● **PROBLEM REQUIREMENTS**
From the entries below, return only the lines starting at the one that contains "v24 (32.5,-6,-17)" and ending at the one that contains "e40 v33 v34 LINE", exactly as they stand.

● **Saved data entries**
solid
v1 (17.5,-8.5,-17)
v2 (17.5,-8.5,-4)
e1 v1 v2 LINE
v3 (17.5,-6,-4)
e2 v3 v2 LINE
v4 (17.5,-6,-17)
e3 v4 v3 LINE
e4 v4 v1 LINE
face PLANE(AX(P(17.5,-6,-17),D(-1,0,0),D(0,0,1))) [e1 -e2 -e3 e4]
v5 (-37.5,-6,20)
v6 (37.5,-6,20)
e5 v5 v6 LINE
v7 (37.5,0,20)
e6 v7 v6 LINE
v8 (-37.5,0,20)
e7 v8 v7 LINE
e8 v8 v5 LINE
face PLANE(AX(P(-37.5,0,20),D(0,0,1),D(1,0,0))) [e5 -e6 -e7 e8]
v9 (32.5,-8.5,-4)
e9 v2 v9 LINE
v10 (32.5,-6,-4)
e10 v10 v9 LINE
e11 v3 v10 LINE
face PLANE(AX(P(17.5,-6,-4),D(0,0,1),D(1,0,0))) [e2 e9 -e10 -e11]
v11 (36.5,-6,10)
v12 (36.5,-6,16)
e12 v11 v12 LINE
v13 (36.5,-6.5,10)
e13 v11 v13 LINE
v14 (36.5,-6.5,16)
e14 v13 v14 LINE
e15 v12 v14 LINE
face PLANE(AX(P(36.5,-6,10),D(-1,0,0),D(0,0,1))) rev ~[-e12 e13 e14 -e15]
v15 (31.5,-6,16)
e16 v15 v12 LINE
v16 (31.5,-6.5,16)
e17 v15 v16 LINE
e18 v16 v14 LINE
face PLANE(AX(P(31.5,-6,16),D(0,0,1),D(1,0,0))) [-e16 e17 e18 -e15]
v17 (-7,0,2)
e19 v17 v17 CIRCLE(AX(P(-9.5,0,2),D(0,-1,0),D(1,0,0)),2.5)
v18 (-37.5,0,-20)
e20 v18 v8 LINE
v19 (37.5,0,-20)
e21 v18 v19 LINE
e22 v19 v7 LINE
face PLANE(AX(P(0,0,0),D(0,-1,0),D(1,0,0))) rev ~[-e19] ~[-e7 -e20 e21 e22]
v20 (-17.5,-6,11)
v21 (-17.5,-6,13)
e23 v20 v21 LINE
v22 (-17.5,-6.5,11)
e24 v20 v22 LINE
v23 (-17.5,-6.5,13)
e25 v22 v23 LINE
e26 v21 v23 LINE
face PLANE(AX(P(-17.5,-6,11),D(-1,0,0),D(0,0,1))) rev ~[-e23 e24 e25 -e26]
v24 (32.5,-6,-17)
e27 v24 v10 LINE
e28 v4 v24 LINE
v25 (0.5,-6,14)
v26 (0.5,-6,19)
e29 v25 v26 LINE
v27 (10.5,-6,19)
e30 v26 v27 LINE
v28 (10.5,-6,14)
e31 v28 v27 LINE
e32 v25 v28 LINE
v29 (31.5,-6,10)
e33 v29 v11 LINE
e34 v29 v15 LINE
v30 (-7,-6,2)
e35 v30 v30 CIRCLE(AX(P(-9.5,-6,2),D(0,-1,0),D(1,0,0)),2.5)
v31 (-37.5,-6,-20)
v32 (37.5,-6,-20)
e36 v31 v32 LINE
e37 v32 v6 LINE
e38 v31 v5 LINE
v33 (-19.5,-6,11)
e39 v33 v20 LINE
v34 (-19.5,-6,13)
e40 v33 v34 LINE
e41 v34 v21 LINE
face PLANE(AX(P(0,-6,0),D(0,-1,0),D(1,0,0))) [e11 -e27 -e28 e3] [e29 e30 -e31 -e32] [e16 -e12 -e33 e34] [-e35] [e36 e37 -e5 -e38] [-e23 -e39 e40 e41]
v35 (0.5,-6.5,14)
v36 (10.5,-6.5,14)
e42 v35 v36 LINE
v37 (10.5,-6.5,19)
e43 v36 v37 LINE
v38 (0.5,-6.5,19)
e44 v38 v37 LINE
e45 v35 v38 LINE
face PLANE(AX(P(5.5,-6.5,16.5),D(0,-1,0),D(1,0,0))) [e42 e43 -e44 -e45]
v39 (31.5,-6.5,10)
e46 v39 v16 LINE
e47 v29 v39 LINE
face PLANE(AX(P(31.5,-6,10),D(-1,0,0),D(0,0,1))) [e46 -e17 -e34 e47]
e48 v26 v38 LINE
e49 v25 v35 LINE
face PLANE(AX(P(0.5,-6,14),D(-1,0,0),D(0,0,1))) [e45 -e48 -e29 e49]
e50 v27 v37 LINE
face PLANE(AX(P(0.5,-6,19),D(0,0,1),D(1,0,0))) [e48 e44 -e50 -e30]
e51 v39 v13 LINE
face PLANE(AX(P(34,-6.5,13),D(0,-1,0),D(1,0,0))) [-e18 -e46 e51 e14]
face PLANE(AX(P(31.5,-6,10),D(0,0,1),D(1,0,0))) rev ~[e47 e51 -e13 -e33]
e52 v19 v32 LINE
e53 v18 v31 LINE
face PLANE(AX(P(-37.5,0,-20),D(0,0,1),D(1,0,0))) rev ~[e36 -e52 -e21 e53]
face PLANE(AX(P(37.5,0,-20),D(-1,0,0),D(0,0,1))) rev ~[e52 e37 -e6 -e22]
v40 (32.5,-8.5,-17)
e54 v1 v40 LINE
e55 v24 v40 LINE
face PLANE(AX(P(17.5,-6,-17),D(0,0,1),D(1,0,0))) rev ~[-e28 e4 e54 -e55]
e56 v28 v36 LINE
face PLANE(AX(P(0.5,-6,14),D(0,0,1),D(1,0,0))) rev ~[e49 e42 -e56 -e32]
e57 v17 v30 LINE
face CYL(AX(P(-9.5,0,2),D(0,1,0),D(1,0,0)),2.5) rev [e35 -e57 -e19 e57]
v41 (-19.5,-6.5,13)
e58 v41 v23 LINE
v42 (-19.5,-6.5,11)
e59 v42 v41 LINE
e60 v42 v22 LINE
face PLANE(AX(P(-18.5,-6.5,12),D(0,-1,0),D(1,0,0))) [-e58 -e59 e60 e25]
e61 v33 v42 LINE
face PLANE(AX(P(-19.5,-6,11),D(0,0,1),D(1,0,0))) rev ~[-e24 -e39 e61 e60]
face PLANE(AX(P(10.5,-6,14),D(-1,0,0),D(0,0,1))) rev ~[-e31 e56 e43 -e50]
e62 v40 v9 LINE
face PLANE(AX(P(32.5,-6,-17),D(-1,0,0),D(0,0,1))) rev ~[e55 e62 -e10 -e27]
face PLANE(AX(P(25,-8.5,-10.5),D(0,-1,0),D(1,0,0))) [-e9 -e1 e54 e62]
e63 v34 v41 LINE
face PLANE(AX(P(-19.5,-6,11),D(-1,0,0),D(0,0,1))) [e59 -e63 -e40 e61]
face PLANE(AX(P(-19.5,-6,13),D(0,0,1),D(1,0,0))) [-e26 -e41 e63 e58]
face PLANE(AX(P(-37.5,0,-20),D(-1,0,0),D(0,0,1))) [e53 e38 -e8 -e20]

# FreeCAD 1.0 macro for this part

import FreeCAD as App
import Part
import Sketcher

V = App.Vector
Q = App.Units.Quantity

doc = App.newDocument("Part")
body = doc.addObject("PartDesign::Body", "Body")

# Sketch on XZ plane
sketch1 = body.newObject("Sketcher::SketchObject", "Sketch")
sketch1.AttachmentSupport = (doc.getObject("XZ_Plane"), [""])
sketch1.MapMode = "FlatFace"
sketch1.addGeometry(Part.LineSegment(V(-37.5, 20, 0), V(-37.5, -20, 0)), False)
sketch1.addGeometry(Part.LineSegment(V(-37.5, -20, 0), V(37.5, -20, 0)), False)
sketch1.addGeometry(Part.LineSegment(V(37.5, -20, 0), V(37.5, 20, 0)), False)
sketch1.addGeometry(Part.LineSegment(V(37.5, 20, 0), V(-37.5, 20, 0)), False)
sketch1.addGeometry(Part.Circle(V(-9.5, 2, 0), V(0, 0, 1), 2.5), False)
sketch1.addConstraint(Sketcher.Constraint("Coincident", 0, 2, 1, 1))
sketch1.addConstraint(Sketcher.Constraint("Coincident", 1, 2, 2, 1))
sketch1.addConstraint(Sketcher.Constraint("Coincident", 2, 2, 3, 1))
sketch1.addConstraint(Sketcher.Constraint("Coincident", 3, 2, 0, 1))
sketch1.addConstraint(Sketcher.Constraint("Vertical", 0))
sketch1.addConstraint(Sketcher.Constraint("Horizontal", 1))
sketch1.addConstraint(Sketcher.Constraint("Vertical", 2))
sketch1.addConstraint(Sketcher.Constraint("Horizontal", 3))
sketch1.addConstraint(Sketcher.Constraint("Symmetric", 0, 2, 2, 2, -1, 1))
sketch1.addConstraint(Sketcher.Constraint("Diameter", 4, Q("5 mm")))
sketch1.addConstraint(Sketcher.Constraint("DistanceX", 1, 1, 1, 2, Q("75 mm")))
sketch1.addConstraint(Sketcher.Constraint("DistanceY", 0, 2, 0, 1, Q("40 mm")))
sketch1.addConstraint(Sketcher.Constraint("DistanceY", -1, 1, 4, 3, Q("2 mm")))
sketch1.addConstraint(Sketcher.Constraint("DistanceX", 0, 2, 4, 3, Q("28 mm")))
pad1 = body.newObject("PartDesign::Pad", "Pad")
pad1.Profile = sketch1
pad1.Length = 6

# Sketch on XZ plane
sketch2 = body.newObject("Sketcher::SketchObject", "Sketch001")
sketch2.AttachmentSupport = (doc.getObject("XZ_Plane"), [""])
sketch2.MapMode = "FlatFace"
sketch2.AttachmentOffset = App.Placement(V(0, 0, 6), App.Rotation())
sketch2.addGeometry(Part.LineSegment(V(0.5, 19, 0), V(0.5, 14, 0)), False)
sketch2.addGeometry(Part.LineSegment(V(0.5, 14, 0), V(10.5, 14, 0)), False)
sketch2.addGeometry(Part.LineSegment(V(10.5, 14, 0), V(10.5, 19, 0)), False)
sketch2.addGeometry(Part.LineSegment(V(10.5, 19, 0), V(0.5, 19, 0)), False)
sketch2.addGeometry(Part.LineSegment(V(31.5, 16, 0), V(31.5, 10, 0)), False)
sketch2.addGeometry(Part.LineSegment(V(31.5, 10, 0), V(36.5, 10, 0)), False)
sketch2.addGeometry(Part.LineSegment(V(36.5, 10, 0), V(36.5, 16, 0)), False)
sketch2.addGeometry(Part.LineSegment(V(36.5, 16, 0), V(31.5, 16, 0)), False)
sketch2.addGeometry(Part.LineSegment(V(-19.5, 13, 0), V(-19.5, 11, 0)), False)
sketch2.addGeometry(Part.LineSegment(V(-19.5, 11, 0), V(-17.5, 11, 0)), False)
sketch2.addGeometry(Part.LineSegment(V(-17.5, 11, 0), V(-17.5, 13, 0)), False)
sketch2.addGeometry(Part.LineSegment(V(-17.5, 13, 0), V(-19.5, 13, 0)), False)
sketch2.addConstraint(Sketcher.Constraint("Coincident", 0, 2, 1, 1))
sketch2.addConstraint(Sketcher.Constraint("Coincident", 1, 2, 2, 1))
sketch2.addConstraint(Sketcher.Constraint("Coincident", 2, 2, 3, 1))
sketch2.addConstraint(Sketcher.Constraint("Coincident", 3, 2, 0, 1))
sketch2.addConstraint(Sketcher.Constraint("Coincident", 4, 2, 5, 1))
sketch2.addConstraint(Sketcher.Constraint("Coincident", 5, 2, 6, 1))
sketch2.addConstraint(Sketcher.Constraint("Coincident", 6, 2, 7, 1))
sketch2.addConstraint(Sketcher.Constraint("Coincident", 7, 2, 4, 1))
sketch2.addConstraint(Sketcher.Constraint("Coincident", 8, 2, 9, 1))
sketch2.addConstraint(Sketcher.Constraint("Coincident", 9, 2, 10, 1))
sketch2.addConstraint(Sketcher.Constraint("Coincident", 10, 2, 11, 1))
sketch2.addConstraint(Sketcher.Constraint("Coincident", 11, 2, 8, 1))
sketch2.addConstraint(Sketcher.Constraint("Vertical", 0))
sketch2.addConstraint(Sketcher.Constraint("Horizontal", 1))
sketch2.addConstraint(Sketcher.Constraint("Vertical", 2))
sketch2.addConstraint(Sketcher.Constraint("Horizontal", 3))
sketch2.addConstraint(Sketcher.Constraint("Vertical", 4))
sketch2.addConstraint(Sketcher.Constraint("Horizontal", 5))
sketch2.addConstraint(Sketcher.Constraint("Vertical", 6))
sketch2.addConstraint(Sketcher.Constraint("Horizontal", 7))
sketch2.addConstraint(Sketcher.Constraint("Vertical", 8))
sketch2.addConstraint(Sketcher.Constraint("Horizontal", 9))
sketch2.addConstraint(Sketcher.Constraint("Vertical", 10))
sketch2.addConstraint(Sketcher.Constraint("Horizontal", 11))
sketch2.addConstraint(Sketcher.Constraint("Equal", 7, 0))
sketch2.addConstraint(Sketcher.Constraint("Equal", 11, 8))
sketch2.addConstraint(Sketcher.Constraint("DistanceX", 1, 1, 1, 2, Q("10 mm")))
sketch2.addConstraint(Sketcher.Constraint("DistanceX", 5, 1, 5, 2, Q("5 mm")))
sketch2.addConstraint(Sketcher.Constraint("DistanceX", 9, 1, 9, 2, Q("2 mm")))
sketch2.addConstraint(Sketcher.Constraint("DistanceY", 4, 2, 4, 1, Q("6 mm")))
sketch2.addConstraint(Sketcher.Constraint("DistanceY", -1, 1, 0, 2, Q("14 mm")))
sketch2.addConstraint(Sketcher.Constraint("DistanceY", -1, 1, 4, 2, Q("10 mm")))
sketch2.addConstraint(Sketcher.Constraint("DistanceY", -1, 1, 8, 2, Q("11 mm")))
sketch2.addConstraint(Sketcher.Constraint("DistanceX", 1, 2, 4, 2, Q("21 mm")))
sketch2.addConstraint(Sketcher.Constraint("DistanceX", 8, 2, 0, 2, Q("20 mm")))
sketch2.addConstraint(Sketcher.Constraint("DistanceX", -1, 1, 0, 2, Q("0.5 mm")))
pad2 = body.newObject("PartDesign::Pad", "Pad001")
pad2.Profile = sketch2
pad2.Length = 0.5

# Sketch on XZ plane
sketch3 = body.newObject("Sketcher::SketchObject", "Sketch002")
sketch3.AttachmentSupport = (doc.getObject("XZ_Plane"), [""])
sketch3.MapMode = "FlatFace"
sketch3.AttachmentOffset = App.Placement(V(0, 0, 6), App.Rotation())
sketch3.addGeometry(Part.LineSegment(V(17.5, -4, 0), V(17.5, -17, 0)), False)
sketch3.addGeometry(Part.LineSegment(V(17.5, -17, 0), V(32.5, -17, 0)), False)
sketch3.addGeometry(Part.LineSegment(V(32.5, -17, 0), V(32.5, -4, 0)), False)
sketch3.addGeometry(Part.LineSegment(V(32.5, -4, 0), V(17.5, -4, 0)), False)
sketch3.addConstraint(Sketcher.Constraint("Coincident", 0, 2, 1, 1))
sketch3.addConstraint(Sketcher.Constraint("Coincident", 1, 2, 2, 1))
sketch3.addConstraint(Sketcher.Constraint("Coincident", 2, 2, 3, 1))
sketch3.addConstraint(Sketcher.Constraint("Coincident", 3, 2, 0, 1))
sketch3.addConstraint(Sketcher.Constraint("Vertical", 0))
sketch3.addConstraint(Sketcher.Constraint("Horizontal", 1))
sketch3.addConstraint(Sketcher.Constraint("Vertical", 2))
sketch3.addConstraint(Sketcher.Constraint("Horizontal", 3))
sketch3.addConstraint(Sketcher.Constraint("DistanceX", 1, 1, 1, 2, Q("15 mm")))
sketch3.addConstraint(Sketcher.Constraint("DistanceY", 0, 2, 0, 1, Q("13 mm")))
sketch3.addConstraint(Sketcher.Constraint("DistanceY", 0, 2, -1, 1, Q("17 mm")))
sketch3.addConstraint(Sketcher.Constraint("DistanceX", -1, 1, 0, 2, Q("17.5 mm")))
pad3 = body.newObject("PartDesign::Pad", "Pad002")
pad3.Profile = sketch3
pad3.Length = 2.5

doc.recompute()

● **COMPLETED EXERCISE**
v24 (32.5,-6,-17)
e27 v24 v10 LINE
e28 v4 v24 LINE
v25 (0.5,-6,14)
v26 (0.5,-6,19)
e29 v25 v26 LINE
v27 (10.5,-6,19)
e30 v26 v27 LINE
v28 (10.5,-6,14)
e31 v28 v27 LINE
e32 v25 v28 LINE
v29 (31.5,-6,10)
e33 v29 v11 LINE
e34 v29 v15 LINE
v30 (-7,-6,2)
e35 v30 v30 CIRCLE(AX(P(-9.5,-6,2),D(0,-1,0),D(1,0,0)),2.5)
v31 (-37.5,-6,-20)
v32 (37.5,-6,-20)
e36 v31 v32 LINE
e37 v32 v6 LINE
e38 v31 v5 LINE
v33 (-19.5,-6,11)
e39 v33 v20 LINE
v34 (-19.5,-6,13)
e40 v33 v34 LINE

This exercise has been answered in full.